*** Block opens ***
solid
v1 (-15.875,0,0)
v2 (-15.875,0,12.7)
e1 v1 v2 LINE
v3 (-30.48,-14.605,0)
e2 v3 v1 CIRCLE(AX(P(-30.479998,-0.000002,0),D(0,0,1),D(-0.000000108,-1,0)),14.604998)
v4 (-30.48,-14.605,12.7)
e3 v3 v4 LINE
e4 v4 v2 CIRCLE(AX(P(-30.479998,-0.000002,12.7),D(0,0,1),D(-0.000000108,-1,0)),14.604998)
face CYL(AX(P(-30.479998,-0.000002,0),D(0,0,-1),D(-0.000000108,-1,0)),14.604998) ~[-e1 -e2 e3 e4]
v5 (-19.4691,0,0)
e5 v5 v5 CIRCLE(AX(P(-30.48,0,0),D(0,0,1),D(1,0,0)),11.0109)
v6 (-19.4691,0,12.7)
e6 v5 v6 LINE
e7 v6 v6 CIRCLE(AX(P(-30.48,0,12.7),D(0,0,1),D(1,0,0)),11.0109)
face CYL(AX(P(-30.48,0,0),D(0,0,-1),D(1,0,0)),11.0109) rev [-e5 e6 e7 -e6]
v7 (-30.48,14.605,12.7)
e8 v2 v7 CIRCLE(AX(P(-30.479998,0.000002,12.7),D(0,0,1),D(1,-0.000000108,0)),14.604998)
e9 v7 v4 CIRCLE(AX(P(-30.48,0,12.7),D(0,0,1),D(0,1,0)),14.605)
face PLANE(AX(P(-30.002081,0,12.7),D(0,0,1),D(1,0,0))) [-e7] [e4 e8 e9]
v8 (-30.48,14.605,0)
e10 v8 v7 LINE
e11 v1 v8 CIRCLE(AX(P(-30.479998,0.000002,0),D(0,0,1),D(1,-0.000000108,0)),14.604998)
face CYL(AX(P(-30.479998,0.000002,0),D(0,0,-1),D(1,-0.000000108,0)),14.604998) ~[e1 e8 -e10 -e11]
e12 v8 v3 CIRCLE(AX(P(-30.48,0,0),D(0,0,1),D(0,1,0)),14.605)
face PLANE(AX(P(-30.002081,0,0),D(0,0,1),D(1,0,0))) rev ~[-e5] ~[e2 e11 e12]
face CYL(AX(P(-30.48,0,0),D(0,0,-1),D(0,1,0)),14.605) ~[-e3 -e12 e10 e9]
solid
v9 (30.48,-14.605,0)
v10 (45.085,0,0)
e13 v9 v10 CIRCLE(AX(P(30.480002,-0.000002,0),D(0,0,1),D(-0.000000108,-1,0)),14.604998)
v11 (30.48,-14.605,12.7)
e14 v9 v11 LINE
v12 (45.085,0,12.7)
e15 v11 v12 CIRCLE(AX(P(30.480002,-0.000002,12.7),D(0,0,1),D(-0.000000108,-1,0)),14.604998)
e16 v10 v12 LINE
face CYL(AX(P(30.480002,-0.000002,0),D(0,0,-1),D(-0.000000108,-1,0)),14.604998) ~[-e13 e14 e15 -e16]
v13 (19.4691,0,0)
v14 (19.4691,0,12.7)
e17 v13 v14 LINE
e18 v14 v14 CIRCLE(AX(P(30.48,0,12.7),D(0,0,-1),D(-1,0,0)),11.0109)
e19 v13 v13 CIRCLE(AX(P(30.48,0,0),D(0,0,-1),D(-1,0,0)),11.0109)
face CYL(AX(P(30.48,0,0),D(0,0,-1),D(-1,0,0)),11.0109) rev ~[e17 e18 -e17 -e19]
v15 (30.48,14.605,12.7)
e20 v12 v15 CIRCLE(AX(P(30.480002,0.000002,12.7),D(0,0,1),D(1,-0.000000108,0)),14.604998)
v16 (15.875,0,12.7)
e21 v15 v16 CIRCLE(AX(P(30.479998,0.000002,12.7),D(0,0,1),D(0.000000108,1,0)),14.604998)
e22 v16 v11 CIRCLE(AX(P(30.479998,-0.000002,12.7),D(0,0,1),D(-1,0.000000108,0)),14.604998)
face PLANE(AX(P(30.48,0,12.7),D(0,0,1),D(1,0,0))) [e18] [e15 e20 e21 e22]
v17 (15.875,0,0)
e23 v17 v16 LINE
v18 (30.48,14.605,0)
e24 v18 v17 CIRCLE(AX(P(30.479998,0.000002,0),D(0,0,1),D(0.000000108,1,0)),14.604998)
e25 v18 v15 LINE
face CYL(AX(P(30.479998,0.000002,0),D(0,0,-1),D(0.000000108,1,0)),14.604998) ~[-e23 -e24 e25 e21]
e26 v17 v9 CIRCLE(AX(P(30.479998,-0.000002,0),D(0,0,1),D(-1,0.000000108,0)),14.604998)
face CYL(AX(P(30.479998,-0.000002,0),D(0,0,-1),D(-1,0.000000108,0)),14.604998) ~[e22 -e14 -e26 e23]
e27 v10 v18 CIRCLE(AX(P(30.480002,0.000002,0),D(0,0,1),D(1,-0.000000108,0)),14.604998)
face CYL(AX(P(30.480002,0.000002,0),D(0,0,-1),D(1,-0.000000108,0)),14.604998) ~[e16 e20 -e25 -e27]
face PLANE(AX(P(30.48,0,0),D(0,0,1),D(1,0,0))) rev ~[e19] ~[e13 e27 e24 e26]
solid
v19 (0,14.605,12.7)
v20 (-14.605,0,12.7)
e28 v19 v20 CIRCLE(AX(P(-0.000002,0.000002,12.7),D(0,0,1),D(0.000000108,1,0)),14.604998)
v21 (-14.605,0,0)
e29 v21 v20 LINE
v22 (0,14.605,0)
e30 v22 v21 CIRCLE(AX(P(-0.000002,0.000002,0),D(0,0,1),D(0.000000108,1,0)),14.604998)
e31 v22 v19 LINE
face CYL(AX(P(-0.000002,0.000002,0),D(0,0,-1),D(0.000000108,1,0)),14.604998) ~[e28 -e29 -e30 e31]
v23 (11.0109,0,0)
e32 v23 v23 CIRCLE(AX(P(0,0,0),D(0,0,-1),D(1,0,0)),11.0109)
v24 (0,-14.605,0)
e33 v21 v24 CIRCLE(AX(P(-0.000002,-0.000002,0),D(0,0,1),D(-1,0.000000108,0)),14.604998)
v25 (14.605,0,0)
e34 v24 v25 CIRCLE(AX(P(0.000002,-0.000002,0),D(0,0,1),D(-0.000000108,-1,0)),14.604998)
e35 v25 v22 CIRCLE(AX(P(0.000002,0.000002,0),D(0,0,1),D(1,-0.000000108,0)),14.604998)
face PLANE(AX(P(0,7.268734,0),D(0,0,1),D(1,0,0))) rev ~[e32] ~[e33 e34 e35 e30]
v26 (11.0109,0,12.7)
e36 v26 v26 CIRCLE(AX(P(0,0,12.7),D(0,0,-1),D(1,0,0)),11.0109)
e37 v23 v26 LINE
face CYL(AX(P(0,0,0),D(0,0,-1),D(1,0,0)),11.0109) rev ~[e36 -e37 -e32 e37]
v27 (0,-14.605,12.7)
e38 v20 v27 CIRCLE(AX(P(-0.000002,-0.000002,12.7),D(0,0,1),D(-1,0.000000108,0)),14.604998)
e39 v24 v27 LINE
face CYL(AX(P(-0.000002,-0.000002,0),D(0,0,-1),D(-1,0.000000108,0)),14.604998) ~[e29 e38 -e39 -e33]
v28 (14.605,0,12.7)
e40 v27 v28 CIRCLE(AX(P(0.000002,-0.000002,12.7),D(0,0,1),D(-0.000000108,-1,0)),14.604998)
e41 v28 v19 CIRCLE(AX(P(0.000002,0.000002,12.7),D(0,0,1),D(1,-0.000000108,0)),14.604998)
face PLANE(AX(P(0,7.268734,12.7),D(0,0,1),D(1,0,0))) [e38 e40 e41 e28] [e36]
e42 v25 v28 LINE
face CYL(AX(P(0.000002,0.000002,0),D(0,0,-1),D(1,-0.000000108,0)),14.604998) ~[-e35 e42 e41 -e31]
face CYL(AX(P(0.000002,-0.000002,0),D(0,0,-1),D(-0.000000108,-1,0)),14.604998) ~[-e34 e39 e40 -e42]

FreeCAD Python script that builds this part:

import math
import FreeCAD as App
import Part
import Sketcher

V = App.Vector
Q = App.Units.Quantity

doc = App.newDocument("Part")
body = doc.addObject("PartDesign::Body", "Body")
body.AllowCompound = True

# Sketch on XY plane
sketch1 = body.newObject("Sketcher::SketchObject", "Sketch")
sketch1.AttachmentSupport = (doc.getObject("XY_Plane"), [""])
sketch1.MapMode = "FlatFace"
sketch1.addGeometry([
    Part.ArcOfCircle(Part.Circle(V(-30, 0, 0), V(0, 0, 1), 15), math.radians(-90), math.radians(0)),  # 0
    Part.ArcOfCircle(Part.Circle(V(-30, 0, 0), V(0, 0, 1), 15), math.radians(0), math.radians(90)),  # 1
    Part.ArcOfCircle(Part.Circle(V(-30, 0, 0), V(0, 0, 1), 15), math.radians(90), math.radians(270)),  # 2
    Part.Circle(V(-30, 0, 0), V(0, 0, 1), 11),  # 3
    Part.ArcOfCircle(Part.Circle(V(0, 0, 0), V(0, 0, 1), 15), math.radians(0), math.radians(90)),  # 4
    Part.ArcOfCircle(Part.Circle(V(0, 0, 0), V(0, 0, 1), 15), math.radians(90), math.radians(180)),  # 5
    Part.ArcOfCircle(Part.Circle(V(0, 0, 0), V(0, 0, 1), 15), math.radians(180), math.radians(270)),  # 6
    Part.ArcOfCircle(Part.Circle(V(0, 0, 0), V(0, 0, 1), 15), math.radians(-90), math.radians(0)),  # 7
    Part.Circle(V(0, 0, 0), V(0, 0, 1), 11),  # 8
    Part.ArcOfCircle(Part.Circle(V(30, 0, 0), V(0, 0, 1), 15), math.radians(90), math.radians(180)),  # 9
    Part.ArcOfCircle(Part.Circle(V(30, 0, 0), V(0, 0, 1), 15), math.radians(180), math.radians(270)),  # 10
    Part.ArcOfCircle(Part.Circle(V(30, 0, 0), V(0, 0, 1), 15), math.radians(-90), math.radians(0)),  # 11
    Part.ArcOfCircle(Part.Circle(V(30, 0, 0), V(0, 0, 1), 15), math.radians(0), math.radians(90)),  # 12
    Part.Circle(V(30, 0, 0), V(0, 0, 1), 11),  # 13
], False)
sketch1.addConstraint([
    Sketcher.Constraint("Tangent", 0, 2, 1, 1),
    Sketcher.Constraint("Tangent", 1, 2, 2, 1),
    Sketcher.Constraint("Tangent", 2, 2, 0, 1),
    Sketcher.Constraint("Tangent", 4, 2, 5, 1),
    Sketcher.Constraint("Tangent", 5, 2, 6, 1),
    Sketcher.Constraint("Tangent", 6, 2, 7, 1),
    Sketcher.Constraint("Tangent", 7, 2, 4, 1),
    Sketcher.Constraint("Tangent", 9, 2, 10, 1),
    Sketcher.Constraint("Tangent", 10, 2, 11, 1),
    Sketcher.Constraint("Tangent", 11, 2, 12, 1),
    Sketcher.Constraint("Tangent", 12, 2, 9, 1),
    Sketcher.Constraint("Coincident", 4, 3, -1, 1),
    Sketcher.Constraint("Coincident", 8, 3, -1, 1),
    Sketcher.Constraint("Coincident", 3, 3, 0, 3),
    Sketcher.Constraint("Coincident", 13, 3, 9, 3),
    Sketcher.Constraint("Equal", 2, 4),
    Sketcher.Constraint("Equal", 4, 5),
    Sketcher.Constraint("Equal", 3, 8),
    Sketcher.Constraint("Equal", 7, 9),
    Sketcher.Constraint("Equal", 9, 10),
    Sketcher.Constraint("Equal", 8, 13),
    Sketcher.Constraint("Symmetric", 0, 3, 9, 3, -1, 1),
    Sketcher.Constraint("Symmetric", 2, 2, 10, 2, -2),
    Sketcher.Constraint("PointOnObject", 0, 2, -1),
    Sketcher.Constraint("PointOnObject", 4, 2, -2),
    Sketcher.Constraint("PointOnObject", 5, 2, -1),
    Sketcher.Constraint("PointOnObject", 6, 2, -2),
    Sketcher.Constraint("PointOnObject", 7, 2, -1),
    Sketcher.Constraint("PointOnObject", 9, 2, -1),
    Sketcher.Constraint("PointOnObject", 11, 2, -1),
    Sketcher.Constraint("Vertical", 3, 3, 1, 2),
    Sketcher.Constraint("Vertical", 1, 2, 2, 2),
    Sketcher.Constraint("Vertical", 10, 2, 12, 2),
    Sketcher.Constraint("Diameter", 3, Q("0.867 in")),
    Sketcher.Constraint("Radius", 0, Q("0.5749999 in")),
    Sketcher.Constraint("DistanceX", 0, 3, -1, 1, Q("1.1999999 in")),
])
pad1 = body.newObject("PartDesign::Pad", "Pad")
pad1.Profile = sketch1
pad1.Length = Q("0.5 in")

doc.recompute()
*** Block closes ***
_EXERCISE INSTRUCTIONS_:
Only the lines above from the line with "face PLANE(AX(P(30.48,0,12.7),D(0,0,1),D(1,0,0))) [e18]" to the line with "v26 (11.0109,0,12.7)", those two lines included, should be reproduced exactly.

_WORKED SOLUTION_:
face PLANE(AX(P(30.48,0,12.7),D(0,0,1),D(1,0,0))) [e18] [e15 e20 e21 e22]
v17 (15.875,0,0)
e23 v17 v16 LINE
v18 (30.48,14.605,0)
e24 v18 v17 CIRCLE(AX(P(30.479998,0.000002,0),D(0,0,1),D(0.000000108,1,0)),14.604998)
e25 v18 v15 LINE
face CYL(AX(P(30.479998,0.000002,0),D(0,0,-1),D(0.000000108,1,0)),14.604998) ~[-e23 -e24 e25 e21]
e26 v17 v9 CIRCLE(AX(P(30.479998,-0.000002,0),D(0,0,1),D(-1,0.000000108,0)),14.604998)
face CYL(AX(P(30.479998,-0.000002,0),D(0,0,-1),D(-1,0.000000108,0)),14.604998) ~[e22 -e14 -e26 e23]
e27 v10 v18 CIRCLE(AX(P(30.480002,0.000002,0),D(0,0,1),D(1,-0.000000108,0)),14.604998)
face CYL(AX(P(30.480002,0.000002,0),D(0,0,-1),D(1,-0.000000108,0)),14.604998) ~[e16 e20 -e25 -e27]
face PLANE(AX(P(30.48,0,0),D(0,0,1),D(1,0,0))) rev ~[e19] ~[e13 e27 e24 e26]
solid
v19 (0,14.605,12.7)
v20 (-14.605,0,12.7)
e28 v19 v20 CIRCLE(AX(P(-0.000002,0.000002,12.7),D(0,0,1),D(0.000000108,1,0)),14.604998)
v21 (-14.605,0,0)
e29 v21 v20 LINE
v22 (0,14.605,0)
e30 v22 v21 CIRCLE(AX(P(-0.000002,0.000002,0),D(0,0,1),D(0.000000108,1,0)),14.604998)
e31 v22 v19 LINE
face CYL(AX(P(-0.000002,0.000002,0),D(0,0,-1),D(0.000000108,1,0)),14.604998) ~[e28 -e29 -e30 e31]
v23 (11.0109,0,0)
e32 v23 v23 CIRCLE(AX(P(0,0,0),D(0,0,-1),D(1,0,0)),11.0109)
v24 (0,-14.605,0)
e33 v21 v24 CIRCLE(AX(P(-0.000002,-0.000002,0),D(0,0,1),D(-1,0.000000108,0)),14.604998)
v25 (14.605,0,0)
e34 v24 v25 CIRCLE(AX(P(0.000002,-0.000002,0),D(0,0,1),D(-0.000000108,-1,0)),14.604998)
e35 v25 v22 CIRCLE(AX(P(0.000002,0.000002,0),D(0,0,1),D(1,-0.000000108,0)),14.604998)
face PLANE(AX(P(0,7.268734,0),D(0,0,1),D(1,0,0))) rev ~[e32] ~[e33 e34 e35 e30]
v26 (11.0109,0,12.7)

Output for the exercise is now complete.